От Сони он узнал номер полевой почты тех летчиков, которые приютили Славу, и стал писать — прежде всего, конечно, самому Славе, а затем и комиссару части, то есть Ермакову. Он сердечно и пылко благодарил комиссара за спасение мальчика от голода, за заботу о нем, и тут же умолял посодействовать отъезду Славы в Сибирь к двоюродной тете.
Ермаков с самого начала принимал не меньшее участие в Славиной судьбе, чем Лунин. Он жалел Славу, любил его, привык к нему и, в сущности, очень баловал, относясь с бесконечной снисходительностью ко всему, что Слава делал. И письма Всеволода Андреевича читал он с сомнениями, колеблясь и не зная, как поступить.

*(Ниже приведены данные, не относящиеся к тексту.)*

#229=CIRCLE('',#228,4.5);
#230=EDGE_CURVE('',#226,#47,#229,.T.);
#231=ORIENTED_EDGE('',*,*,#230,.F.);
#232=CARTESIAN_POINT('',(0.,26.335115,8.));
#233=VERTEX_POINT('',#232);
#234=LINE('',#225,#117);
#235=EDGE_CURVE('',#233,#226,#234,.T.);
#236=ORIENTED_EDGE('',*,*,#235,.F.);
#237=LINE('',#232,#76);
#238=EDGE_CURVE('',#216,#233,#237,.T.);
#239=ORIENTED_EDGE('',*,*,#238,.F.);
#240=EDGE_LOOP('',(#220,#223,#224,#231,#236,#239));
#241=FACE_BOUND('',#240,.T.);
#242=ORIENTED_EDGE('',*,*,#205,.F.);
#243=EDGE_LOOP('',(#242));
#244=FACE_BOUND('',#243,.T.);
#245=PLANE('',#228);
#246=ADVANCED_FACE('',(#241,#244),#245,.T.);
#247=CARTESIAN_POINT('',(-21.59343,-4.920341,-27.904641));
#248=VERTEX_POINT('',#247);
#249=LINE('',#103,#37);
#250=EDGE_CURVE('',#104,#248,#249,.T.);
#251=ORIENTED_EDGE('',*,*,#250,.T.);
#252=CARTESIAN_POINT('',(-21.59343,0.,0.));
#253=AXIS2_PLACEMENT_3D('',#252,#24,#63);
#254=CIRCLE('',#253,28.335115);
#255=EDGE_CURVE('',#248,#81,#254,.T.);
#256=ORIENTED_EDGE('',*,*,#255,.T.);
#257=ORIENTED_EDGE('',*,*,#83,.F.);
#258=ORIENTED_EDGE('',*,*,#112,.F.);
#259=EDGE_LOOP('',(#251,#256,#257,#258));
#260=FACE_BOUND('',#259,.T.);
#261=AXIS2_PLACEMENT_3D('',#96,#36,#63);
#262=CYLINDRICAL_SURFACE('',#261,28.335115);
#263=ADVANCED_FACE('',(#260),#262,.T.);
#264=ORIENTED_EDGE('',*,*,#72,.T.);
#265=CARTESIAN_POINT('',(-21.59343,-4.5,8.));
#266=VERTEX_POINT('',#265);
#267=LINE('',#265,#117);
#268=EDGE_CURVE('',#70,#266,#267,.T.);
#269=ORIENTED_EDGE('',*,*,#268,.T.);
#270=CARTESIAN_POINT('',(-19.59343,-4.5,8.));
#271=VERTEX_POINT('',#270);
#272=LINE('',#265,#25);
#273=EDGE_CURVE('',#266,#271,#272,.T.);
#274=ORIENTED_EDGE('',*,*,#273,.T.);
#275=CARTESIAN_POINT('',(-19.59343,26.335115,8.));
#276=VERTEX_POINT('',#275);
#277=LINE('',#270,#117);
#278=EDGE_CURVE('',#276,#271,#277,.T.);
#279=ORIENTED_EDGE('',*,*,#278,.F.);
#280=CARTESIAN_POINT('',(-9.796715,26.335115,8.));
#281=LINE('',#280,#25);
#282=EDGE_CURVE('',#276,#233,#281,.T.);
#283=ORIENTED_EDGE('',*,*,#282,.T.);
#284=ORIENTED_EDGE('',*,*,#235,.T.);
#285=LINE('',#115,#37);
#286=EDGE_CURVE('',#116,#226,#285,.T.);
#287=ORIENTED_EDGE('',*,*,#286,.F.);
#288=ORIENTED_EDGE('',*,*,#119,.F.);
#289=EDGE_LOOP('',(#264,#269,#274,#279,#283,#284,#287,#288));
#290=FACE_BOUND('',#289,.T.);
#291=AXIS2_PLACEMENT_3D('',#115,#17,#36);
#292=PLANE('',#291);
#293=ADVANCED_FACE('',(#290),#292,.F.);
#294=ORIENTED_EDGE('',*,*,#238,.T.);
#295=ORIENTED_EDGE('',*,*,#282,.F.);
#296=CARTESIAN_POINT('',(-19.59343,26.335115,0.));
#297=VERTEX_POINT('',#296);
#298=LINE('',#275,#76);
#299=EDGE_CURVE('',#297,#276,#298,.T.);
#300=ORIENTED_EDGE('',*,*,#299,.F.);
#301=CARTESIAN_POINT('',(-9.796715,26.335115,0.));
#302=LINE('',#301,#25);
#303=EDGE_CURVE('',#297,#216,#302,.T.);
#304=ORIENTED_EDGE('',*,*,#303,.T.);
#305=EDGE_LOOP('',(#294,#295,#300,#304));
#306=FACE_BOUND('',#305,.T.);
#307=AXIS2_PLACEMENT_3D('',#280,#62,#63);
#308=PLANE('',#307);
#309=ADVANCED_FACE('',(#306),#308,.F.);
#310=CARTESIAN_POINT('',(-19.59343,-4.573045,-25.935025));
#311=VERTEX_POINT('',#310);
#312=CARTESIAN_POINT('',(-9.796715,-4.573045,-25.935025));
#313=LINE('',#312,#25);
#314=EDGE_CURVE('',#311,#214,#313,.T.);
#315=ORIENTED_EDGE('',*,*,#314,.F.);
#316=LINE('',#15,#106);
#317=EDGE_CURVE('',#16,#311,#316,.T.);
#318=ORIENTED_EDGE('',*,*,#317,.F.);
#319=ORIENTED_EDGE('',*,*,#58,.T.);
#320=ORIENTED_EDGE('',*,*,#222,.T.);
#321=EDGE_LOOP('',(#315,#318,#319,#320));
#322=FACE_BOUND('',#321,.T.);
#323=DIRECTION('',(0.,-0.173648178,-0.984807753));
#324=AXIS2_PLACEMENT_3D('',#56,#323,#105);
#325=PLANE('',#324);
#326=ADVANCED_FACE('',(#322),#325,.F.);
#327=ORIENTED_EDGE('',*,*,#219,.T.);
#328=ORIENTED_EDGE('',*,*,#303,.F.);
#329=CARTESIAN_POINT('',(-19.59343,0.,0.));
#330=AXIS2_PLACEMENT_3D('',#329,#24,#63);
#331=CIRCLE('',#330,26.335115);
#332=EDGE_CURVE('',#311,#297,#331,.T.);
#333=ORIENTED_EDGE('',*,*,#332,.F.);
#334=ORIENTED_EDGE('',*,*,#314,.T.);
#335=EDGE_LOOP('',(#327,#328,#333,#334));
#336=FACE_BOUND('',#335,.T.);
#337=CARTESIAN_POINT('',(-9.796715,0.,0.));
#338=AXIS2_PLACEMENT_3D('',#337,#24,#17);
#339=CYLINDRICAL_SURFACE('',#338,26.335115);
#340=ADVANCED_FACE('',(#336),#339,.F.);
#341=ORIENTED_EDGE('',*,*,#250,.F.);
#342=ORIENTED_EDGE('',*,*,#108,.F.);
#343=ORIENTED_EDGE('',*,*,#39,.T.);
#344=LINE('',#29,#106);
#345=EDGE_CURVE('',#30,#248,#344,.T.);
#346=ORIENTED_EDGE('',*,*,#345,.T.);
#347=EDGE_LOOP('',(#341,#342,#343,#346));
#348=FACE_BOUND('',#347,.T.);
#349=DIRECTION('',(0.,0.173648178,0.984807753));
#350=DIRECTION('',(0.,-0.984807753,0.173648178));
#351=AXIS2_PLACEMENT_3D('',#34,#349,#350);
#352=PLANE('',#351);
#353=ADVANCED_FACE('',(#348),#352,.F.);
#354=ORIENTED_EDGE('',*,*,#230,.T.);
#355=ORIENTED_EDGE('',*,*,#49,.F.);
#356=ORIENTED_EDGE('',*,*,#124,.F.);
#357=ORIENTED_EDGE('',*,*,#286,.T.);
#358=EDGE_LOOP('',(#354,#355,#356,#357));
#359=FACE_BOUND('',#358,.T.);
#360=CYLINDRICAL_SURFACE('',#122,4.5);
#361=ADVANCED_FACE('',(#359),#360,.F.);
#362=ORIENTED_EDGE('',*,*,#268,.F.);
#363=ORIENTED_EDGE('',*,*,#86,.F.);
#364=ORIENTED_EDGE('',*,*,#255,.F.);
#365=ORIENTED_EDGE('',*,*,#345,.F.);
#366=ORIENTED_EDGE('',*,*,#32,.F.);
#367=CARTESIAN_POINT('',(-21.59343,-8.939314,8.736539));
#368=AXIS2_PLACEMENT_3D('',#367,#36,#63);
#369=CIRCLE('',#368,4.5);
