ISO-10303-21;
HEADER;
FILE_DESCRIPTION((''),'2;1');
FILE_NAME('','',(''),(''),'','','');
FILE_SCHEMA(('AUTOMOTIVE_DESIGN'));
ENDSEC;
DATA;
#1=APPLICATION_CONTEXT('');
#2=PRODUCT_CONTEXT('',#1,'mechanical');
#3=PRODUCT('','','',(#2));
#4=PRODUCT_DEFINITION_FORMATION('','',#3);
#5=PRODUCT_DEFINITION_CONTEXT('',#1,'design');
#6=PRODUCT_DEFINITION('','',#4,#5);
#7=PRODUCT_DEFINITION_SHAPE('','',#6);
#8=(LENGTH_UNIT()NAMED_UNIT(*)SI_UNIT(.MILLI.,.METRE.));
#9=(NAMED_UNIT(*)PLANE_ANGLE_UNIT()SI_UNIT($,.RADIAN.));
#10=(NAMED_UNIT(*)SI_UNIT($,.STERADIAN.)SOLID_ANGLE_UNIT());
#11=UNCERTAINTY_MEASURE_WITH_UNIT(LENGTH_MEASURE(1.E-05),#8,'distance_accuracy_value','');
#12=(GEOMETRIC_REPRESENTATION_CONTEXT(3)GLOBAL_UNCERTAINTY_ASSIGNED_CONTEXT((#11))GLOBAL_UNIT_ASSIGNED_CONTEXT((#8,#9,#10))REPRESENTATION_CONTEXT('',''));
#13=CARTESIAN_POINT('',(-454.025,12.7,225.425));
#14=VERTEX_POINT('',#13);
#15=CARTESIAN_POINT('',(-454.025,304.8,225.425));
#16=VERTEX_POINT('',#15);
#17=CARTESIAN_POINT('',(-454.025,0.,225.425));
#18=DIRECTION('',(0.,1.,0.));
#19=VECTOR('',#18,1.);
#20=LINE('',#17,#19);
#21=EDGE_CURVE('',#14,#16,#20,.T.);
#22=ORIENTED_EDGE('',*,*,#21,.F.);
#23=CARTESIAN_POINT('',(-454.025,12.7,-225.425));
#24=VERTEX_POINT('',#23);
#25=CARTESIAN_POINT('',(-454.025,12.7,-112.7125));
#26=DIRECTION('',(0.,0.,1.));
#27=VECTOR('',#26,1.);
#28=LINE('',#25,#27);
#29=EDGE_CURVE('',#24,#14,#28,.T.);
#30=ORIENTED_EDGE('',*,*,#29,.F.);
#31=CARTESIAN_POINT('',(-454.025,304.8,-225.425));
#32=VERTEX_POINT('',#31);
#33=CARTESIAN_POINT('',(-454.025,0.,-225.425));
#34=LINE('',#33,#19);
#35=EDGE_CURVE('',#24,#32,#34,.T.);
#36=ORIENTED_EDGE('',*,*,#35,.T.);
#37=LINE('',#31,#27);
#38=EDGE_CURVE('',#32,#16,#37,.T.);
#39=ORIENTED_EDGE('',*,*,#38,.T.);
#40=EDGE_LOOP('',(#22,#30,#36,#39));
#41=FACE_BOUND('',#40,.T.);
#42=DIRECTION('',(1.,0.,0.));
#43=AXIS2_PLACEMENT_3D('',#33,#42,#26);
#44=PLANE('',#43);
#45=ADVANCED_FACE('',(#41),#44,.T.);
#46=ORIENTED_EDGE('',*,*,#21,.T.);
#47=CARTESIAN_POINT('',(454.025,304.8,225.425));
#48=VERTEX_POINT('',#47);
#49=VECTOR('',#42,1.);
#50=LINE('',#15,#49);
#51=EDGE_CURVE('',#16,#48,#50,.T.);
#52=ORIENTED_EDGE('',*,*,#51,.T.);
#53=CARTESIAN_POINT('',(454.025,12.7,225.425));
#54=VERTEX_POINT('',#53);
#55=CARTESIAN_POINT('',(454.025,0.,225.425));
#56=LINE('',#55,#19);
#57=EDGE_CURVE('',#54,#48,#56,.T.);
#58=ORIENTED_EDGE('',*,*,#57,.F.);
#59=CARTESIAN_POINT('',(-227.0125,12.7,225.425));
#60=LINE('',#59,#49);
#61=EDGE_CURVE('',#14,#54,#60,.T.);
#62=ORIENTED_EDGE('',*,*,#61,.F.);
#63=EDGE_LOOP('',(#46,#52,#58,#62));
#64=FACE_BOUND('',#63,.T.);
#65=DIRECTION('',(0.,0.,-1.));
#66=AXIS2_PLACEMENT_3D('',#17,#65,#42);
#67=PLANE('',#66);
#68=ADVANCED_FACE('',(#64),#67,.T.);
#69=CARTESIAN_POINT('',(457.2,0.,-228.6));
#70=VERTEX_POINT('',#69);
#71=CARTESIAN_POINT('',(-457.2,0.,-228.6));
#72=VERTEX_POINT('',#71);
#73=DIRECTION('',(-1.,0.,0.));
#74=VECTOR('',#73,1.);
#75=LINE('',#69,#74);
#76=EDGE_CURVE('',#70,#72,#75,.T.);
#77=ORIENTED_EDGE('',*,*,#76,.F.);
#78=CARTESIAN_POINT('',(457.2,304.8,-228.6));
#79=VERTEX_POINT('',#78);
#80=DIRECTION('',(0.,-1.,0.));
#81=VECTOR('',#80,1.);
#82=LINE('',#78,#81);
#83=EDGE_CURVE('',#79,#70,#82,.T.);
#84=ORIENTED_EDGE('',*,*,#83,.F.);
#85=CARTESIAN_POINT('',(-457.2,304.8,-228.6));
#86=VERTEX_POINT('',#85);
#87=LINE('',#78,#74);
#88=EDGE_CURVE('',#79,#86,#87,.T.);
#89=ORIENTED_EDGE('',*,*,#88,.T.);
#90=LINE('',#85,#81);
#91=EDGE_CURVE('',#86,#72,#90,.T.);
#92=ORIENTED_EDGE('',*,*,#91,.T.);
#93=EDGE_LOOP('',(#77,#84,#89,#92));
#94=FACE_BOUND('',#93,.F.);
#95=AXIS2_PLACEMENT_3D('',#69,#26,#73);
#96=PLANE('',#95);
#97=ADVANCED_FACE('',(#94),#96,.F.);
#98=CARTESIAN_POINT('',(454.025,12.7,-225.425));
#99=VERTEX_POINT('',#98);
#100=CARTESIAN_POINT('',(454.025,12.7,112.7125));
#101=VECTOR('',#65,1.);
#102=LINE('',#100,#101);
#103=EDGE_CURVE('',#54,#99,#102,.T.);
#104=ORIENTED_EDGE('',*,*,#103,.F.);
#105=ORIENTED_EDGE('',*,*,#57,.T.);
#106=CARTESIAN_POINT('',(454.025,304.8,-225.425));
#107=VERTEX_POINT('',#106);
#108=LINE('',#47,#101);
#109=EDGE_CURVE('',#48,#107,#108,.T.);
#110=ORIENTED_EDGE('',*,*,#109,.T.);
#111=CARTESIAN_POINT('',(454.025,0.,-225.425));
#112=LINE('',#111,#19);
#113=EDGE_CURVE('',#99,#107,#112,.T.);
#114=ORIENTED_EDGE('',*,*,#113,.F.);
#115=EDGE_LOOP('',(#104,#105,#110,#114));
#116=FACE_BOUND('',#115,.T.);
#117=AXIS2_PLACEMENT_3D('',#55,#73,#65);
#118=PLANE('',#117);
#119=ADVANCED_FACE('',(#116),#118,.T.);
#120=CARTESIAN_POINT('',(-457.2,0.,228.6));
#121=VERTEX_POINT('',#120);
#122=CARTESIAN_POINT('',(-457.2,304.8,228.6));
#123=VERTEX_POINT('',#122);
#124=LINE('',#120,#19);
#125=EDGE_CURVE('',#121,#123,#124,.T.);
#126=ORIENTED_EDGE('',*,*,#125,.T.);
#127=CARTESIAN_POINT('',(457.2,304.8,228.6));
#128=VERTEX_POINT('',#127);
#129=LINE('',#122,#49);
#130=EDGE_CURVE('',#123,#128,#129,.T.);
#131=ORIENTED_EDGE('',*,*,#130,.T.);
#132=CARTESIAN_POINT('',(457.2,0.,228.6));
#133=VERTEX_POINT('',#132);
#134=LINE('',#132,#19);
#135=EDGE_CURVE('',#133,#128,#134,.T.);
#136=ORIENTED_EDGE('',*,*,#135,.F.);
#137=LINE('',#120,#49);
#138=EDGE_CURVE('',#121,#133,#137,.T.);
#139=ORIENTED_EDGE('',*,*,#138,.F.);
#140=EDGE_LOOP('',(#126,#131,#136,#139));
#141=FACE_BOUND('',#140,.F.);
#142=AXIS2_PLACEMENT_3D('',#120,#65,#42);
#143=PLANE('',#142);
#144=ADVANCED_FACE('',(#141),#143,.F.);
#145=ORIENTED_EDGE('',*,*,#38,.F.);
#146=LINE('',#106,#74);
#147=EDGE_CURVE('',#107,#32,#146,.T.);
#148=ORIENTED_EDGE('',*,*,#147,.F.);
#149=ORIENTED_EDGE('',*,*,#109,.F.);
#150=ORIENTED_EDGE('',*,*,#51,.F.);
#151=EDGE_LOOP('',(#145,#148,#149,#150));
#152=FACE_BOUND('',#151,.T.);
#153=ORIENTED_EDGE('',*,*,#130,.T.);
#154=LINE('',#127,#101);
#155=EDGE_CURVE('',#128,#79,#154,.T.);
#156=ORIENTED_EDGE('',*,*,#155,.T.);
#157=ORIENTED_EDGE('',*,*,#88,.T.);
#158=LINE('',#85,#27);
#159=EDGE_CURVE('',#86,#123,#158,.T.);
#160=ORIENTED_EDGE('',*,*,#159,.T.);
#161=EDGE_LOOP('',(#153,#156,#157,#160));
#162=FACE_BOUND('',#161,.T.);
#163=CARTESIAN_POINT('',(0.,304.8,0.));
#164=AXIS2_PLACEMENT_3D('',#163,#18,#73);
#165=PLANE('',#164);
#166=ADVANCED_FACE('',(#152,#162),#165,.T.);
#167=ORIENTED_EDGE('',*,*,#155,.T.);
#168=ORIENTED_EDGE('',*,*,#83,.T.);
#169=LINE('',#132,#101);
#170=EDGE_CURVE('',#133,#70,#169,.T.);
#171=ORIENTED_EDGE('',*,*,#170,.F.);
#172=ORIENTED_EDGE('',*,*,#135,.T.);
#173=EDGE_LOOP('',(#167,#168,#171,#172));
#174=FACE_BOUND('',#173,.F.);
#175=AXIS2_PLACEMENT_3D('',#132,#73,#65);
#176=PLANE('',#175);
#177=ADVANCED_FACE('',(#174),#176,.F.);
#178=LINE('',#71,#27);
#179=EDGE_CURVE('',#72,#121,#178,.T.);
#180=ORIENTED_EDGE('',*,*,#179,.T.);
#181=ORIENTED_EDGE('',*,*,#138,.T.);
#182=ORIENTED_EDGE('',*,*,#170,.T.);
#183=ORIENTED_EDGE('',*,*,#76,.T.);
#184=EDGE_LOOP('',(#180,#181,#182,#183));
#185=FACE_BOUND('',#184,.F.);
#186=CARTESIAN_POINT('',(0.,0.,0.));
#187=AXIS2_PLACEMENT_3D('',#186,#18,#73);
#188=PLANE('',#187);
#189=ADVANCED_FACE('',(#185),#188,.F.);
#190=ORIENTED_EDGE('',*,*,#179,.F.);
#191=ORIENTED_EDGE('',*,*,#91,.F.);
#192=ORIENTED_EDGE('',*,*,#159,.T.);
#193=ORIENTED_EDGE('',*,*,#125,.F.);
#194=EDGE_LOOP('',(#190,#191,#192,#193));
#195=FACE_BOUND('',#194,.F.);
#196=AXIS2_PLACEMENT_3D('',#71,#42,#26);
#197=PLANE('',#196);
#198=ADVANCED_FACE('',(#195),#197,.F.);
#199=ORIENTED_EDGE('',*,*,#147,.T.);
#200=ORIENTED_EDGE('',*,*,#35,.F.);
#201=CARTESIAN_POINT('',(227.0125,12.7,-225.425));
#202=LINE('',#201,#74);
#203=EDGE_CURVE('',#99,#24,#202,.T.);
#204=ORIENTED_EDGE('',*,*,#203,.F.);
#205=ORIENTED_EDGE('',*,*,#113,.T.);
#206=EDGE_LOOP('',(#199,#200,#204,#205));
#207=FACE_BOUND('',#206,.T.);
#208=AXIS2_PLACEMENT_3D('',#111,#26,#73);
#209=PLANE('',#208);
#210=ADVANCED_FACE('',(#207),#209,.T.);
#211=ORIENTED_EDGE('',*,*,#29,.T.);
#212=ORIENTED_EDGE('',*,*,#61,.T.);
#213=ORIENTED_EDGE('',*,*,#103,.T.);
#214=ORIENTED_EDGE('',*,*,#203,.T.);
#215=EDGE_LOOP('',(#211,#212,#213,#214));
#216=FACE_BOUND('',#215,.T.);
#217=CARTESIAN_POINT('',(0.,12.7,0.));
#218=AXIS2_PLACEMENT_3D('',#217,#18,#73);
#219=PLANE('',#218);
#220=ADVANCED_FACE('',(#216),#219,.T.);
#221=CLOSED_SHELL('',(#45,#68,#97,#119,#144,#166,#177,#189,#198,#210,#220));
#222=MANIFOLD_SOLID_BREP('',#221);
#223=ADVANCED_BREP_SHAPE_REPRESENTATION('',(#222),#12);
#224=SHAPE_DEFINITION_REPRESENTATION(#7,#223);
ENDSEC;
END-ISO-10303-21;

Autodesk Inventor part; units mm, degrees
ref_plane "YZ Plane" through (0, 0, 0) normal (1, 0, 0) x (0, 1, 0)
ref_plane "XZ Plane" through (0, 0, 0) normal (0, 1, 0) x (-1, 0, 0)
ref_plane "XY Plane" through (0, 0, 0) normal (0, 0, 1) x (1, 0, 0)
sketch "Sketch2" plane through (0, 0, 0) normal (0, 1, 0) x (-1, 0, 0)
  line L0 (457.2, 228.6) -> (-457.2, 228.6)
  line L1 (-457.2, 228.6) -> (-457.2, -228.6)
  line L2 (-457.2, -228.6) -> (457.2, -228.6)
  line L3 (457.2, -228.6) -> (457.2, 228.6)
  line L4 (457.2, 228.6) -> (-457.2, -228.6) construction
  line L5 (-457.2, 228.6) -> (457.2, -228.6) construction
  line L6 (454.025, 225.425) -> (-454.025, 225.425)
  line L7 (-454.025, 225.425) -> (-454.025, -225.425)
  line L8 (-454.025, -225.425) -> (454.025, -225.425)
  line L9 (454.025, -225.425) -> (454.025, 225.425)
  line L10 (454.025, 225.425) -> (-454.025, -225.425) construction
  line L11 (-454.025, 225.425) -> (454.025, -225.425) construction
  point P0 (0, 0)
  dimension "d0" = 914.4
  dimension "d1" = 457.2
  dimension "d2" = 3.175
  dimension "d3" = 3.175
extrude "Extrusion1" add sketch "Sketch2" along normal blind 304.8
extrude "Extrusion2" add sketch "Sketch2" along normal blind 12.7 contours L3 L2 L1 L0 | L9 L8 L7 L6
properties part number "Tank" material "Glass"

Ему вовсе не хотелось расставаться со Славой, и он не был уверен, что это необходимо. Например, для здоровья Славы пребывание в полку было, безусловно, полезно: тут не могло быть двух мнений, стоило только посмотреть на его розовые круглые щёки и вспомнить, каким он был, когда его привезли из Ленинграда. Сказать по правде, Ермаков в глубине души считал, что пребывание Славы в полку полезно и для полка, хотя, пожалуй, не мог бы объяснить, чем именно. Конечно, в утвержденных списках личного состава авиационных частей не предусмотрено место для двенадцатилетнего мальчика, а Ермаков весьма уважал всякие списки и наставления, однако он не мог не заметить, как смягчались и прояснялись лица летчиков и техников, когда они видели Славу, как смеялись и шутили они, разговаривая с ним, и не мог избавиться от мысли, что всё это идет им на пользу. Читая письма Всеволода Андреевича, он испытывал враждебное чувство к этой уехавшей в Сибирь двоюродной тете. С какой стати и за какие заслуги полк должен отдать ей мальчика, которого они спасли от голода, одели, пригрели, с которым сжились и которого полюбили как дружка, как братишку?
Но, с другой стороны, отец есть отец, с этим нельзя не считаться. Да и не дело, пожалуй, воинской части, второй год находящейся в беспрерывных тяжелых боях, воспитывать ребят. И, главное, мальчику Славиного возраста необходимо учиться в школе, а на фронте школ нет.
Этот довод Ермаков считал самым убедительным из всех доводов, приводимых в письмах Всеволодом Андреевичем. Когда Славу привезли на аэродром, он был слишком слаб и ни о каком ученье нечего было и думать, его нужно было кормить, а не учить. Но теперь, когда он окреп, он должен учиться. Один год он уже потерял, нельзя допустить, чтобы он потерял и второй. А где он может учиться? Только живя у двоюродной тети…
Из писем отца, из слов Ермакова Слава знал об этих планах и всякий раз, услышав про свою уехавшую в Сибирь тетю, бледнел от ненависти и страха. Уехать к тете — это для него значило навсегда расстаться с Луниным, с летчиками, с полком, который давно стал для него родным домом. А так как он понимал, что отправка в Сибирь ему действительно угрожает, он стал чувствовать себя как человек, находящийся в крайней опасности.
Но он сразу забыл о своих тревогах, когда на аэродром внезапно пришла весть, что Лунин выпрыгнул из горящего самолета за линией фронта, а Илья Татаренко пропал без вести.